Sent from my iPhone using Tapatalk


----------



## Pete Martin the Painter (Nov 8, 2012)

I have not done tried this yet, but my Ben Moore store manager told me a lot of guys use a cheap flat paint for the fisrt coat in the same color as the finish if they feel that 2 coats will not cover. Since flats have more tint in them they hide beter. By doing this they avoid a third coat. 

Sent from my VS987 using Tapatalk


----------



## RH (Sep 7, 2010)

Only time I will prime walls is when going over a dark color that has a satin or higher sheen, with a lighter color.


----------



## BrushPro (Nov 15, 2018)

jr.sr. painting said:


> Many reasons to Prime instead of a bunch of topcoats. For the trim conversion back to white. The topcoat will finish nicer over the primer and you won't use as much trim paint. Should def eliminate thinking of a 4th coat as well. Color change on walls that require a primer I like to get the primer in a interior/exterior product. I use sw multi purpose. That way you can always save it and use it exterior if you need it as well. Some have said get a flat paint in the same color. I think that sucks for coverage and painting over a flat wall paint will suck up your finish.
> 
> 
> Sent from my iPhone using Tapatalk


That's probably what I'd get. I'm using Solo for walls and trim so I don't know if that makes a difference as I'm not too concerned in the amount of paint used, one gallon for trim in a bedroom goes far. I quoted for the extra primer already just thinking if it is necessary instead of just getting only solo for simplicity.


----------



## Woodco (Nov 19, 2016)

Pete Martin the Painter said:


> I have not done tried this yet, but my Ben Moore store manager told me a lot of guys use a cheap flat paint for the fisrt coat in the same color as the finish if they feel that 2 coats will not cover. Since flats have more tint in them they hide beter. By doing this they avoid a third coat.
> 
> Sent from my VS987 using Tapatalk


Flat is a good basecoat, because its porous in a sense, and colors sort of sink into it, whereas say a semigloss, the colors slide around. When I did tracts, we would do the front door by hand, and we would brush a first coat of whatever color in flat first, and a second color in the semigloss. This was really only efficient because there were only three door colors for the whole tract, so, the paint would be bought by the five. For a repaint where you're only doing one door, its not worth it to buy a quart of flat and a quart of semi just to make it cover better.

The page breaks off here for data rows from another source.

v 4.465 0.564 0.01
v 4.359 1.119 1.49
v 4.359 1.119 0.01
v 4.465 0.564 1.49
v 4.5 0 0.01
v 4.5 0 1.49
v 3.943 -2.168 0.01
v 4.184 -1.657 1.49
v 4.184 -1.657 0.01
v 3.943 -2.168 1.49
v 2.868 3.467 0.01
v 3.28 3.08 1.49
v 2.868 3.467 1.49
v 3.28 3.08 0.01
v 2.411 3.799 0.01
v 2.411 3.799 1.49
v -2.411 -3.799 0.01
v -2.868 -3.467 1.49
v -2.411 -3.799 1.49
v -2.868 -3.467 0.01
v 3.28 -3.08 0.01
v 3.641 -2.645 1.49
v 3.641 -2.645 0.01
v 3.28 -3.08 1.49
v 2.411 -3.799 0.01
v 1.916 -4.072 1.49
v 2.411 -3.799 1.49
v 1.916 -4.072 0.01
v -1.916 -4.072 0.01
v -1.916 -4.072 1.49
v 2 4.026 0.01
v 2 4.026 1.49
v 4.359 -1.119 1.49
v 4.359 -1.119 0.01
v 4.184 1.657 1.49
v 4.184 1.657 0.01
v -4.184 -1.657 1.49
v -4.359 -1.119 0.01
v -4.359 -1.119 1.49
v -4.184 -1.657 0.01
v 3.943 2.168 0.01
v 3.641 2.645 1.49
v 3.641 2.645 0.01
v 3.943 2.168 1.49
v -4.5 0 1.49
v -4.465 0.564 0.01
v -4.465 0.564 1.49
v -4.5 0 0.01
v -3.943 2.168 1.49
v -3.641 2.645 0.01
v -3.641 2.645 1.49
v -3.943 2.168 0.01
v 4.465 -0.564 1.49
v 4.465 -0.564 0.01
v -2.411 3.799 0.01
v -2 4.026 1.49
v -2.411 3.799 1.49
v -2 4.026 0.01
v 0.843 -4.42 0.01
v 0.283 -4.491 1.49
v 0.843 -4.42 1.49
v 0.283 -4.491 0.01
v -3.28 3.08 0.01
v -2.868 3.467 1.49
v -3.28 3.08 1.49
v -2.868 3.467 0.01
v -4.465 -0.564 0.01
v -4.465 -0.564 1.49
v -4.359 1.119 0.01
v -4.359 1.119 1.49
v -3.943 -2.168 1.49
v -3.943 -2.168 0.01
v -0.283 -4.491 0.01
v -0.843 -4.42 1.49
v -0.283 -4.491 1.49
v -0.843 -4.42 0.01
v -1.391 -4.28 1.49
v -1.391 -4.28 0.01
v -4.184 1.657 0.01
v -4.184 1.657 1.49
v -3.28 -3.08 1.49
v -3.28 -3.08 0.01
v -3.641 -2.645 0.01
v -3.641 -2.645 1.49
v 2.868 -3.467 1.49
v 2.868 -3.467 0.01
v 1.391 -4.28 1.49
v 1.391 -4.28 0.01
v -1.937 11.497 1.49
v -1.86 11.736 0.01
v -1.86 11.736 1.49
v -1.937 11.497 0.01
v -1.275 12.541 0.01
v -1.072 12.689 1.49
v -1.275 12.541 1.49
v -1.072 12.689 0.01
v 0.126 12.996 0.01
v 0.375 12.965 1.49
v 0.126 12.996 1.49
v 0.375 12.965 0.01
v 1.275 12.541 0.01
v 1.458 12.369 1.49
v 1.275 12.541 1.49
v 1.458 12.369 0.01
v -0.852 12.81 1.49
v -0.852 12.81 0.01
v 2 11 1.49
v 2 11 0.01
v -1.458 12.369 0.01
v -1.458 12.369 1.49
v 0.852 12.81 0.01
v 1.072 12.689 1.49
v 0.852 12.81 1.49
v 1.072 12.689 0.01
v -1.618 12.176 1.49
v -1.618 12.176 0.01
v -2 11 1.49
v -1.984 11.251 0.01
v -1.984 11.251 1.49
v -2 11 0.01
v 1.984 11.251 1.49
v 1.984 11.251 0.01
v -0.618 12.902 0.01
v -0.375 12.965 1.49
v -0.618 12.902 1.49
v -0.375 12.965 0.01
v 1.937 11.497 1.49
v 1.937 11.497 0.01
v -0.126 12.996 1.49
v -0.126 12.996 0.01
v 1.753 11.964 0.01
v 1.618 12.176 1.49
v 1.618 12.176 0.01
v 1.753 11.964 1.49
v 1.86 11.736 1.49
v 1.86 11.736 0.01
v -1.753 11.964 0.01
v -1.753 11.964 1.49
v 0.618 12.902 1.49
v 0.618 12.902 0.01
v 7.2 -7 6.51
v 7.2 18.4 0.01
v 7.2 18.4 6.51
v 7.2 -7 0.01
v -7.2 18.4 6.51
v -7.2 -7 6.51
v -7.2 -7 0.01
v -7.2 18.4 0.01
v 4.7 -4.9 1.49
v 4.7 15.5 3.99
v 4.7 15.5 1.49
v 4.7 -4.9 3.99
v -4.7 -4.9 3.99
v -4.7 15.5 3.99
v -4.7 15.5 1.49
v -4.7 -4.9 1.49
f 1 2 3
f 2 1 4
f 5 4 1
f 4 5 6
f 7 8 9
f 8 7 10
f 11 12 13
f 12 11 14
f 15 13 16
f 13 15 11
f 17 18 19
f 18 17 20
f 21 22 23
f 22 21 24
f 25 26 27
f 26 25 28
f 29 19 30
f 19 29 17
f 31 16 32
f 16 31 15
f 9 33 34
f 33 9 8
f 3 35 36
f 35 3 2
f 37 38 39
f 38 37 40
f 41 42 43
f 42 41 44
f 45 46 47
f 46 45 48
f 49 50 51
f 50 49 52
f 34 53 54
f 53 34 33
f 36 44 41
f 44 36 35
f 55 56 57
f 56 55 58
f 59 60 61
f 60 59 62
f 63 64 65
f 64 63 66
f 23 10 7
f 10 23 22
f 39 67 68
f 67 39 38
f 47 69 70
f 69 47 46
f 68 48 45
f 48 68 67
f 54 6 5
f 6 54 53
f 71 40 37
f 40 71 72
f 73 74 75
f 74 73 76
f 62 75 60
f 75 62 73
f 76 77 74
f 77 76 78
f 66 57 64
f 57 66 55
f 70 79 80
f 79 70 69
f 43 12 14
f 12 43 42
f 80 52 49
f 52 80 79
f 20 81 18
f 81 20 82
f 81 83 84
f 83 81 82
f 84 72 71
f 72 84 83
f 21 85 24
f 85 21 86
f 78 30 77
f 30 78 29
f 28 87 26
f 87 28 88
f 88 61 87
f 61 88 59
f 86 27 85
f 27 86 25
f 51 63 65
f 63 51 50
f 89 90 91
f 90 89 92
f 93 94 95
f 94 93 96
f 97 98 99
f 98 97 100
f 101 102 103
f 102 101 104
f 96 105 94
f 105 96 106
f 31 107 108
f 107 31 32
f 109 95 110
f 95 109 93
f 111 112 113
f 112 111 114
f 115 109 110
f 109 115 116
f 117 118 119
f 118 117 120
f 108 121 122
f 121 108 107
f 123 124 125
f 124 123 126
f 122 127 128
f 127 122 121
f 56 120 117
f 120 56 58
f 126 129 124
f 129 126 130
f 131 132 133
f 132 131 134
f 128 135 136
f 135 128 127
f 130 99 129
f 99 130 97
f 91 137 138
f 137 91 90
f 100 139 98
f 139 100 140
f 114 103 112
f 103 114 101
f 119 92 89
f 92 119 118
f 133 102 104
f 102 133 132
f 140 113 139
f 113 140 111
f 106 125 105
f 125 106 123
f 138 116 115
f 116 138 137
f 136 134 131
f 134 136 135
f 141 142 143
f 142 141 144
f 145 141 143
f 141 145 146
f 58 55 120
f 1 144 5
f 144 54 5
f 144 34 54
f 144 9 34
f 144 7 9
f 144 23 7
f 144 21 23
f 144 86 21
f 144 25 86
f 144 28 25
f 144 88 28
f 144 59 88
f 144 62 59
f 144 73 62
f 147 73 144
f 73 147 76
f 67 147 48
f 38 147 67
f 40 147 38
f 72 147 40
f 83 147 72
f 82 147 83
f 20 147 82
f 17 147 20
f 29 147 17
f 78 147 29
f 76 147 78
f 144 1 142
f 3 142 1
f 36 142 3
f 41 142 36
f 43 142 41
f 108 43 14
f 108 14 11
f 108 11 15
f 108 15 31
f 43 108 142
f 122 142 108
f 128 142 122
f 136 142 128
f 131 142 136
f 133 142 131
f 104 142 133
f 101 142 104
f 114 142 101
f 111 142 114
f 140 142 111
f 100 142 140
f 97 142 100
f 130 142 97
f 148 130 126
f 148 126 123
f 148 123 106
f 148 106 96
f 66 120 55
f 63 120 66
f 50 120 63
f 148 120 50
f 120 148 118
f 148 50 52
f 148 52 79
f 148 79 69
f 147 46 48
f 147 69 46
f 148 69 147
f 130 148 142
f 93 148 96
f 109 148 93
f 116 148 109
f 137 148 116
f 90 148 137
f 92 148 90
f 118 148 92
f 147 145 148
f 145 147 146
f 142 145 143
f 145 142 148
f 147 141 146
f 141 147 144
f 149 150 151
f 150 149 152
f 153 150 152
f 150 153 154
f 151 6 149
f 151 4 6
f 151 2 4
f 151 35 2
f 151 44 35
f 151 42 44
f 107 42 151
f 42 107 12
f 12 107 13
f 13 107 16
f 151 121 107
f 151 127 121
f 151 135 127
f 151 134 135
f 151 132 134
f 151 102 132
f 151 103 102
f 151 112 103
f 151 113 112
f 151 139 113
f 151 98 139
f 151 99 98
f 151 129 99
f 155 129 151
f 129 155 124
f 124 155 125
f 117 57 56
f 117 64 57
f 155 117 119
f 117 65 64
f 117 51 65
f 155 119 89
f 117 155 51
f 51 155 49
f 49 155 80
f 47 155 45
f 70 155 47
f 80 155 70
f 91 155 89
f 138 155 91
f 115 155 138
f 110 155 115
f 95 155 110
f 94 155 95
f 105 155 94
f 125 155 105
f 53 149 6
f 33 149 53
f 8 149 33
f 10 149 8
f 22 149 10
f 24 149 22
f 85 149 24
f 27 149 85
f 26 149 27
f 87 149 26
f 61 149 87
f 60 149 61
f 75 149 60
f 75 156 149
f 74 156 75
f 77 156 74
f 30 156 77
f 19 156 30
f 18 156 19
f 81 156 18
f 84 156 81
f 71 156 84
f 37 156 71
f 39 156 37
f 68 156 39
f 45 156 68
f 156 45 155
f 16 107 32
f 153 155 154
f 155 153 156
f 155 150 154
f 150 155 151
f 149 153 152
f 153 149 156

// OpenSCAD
/*
 *
 * @author  Igor Demyanov
 * @license CC-BY-NC-4.0
 * @version 1.0
 */

function keyhole_size(big_r, small_r)=big_r * 2 + small_r;

module create_keyhole_hanger(big_r = 4.5, small_r = 2, h=1){
    cylinder(h=h, r=big_r, $fn=50);

    hull() { 
        cylinder(h=h, r=small_r, $fn=50);
        translate([0,keyhole_size(big_r, small_r),0]) cylinder(h=h, r=small_r, $fn=50);
    }
}

module create_keyhole_hanger_hangar(big_r = 4.5, small_r = 2, hole_h = 1.5, wall_thickness = 2.5, top_thickness = 2.5, free_h = 2.5){
    gap = 0.4;
    cube_free_w = big_r * 2 + gap;
    cube_free_h = 2 * big_r + keyhole_size(big_r, small_r) + gap;
    cube_w = cube_free_w + wall_thickness * 2;
    cube_h = cube_free_h + wall_thickness * 2;
            
    difference(){
        translate([0,0,+0.01])union(){
            translate([-cube_w/2,-big_r - wall_thickness ,0]) cube(size = [cube_w,cube_h, hole_h + top_thickness + free_h]);
        }
     color("red")create_keyhole_hanger(big_r = big_r, small_r = small_r, h= hole_h);
     color("green") translate([-cube_free_w/2,-big_r - gap , hole_h - 0.01]) cube(size = [cube_free_w,cube_free_h, free_h]);
    }
    
}

create_keyhole_hanger_hangar();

For walls, if I were to do a inside of a large house in a single color where I know it would take at least three coats, I would definitely get a flat version of the color to use as a first coat. It does help the coverage, and it'll save a few bucks on your first coat. For one room, its not worth the bother, for sure.


----------



## jr.sr. painting (Dec 6, 2013)

How about just using a primer that has less of a sheen too it rather than a flat paint? For instance 200 primer or one I just used for he first time and thought it was really nice ppg 6-2. 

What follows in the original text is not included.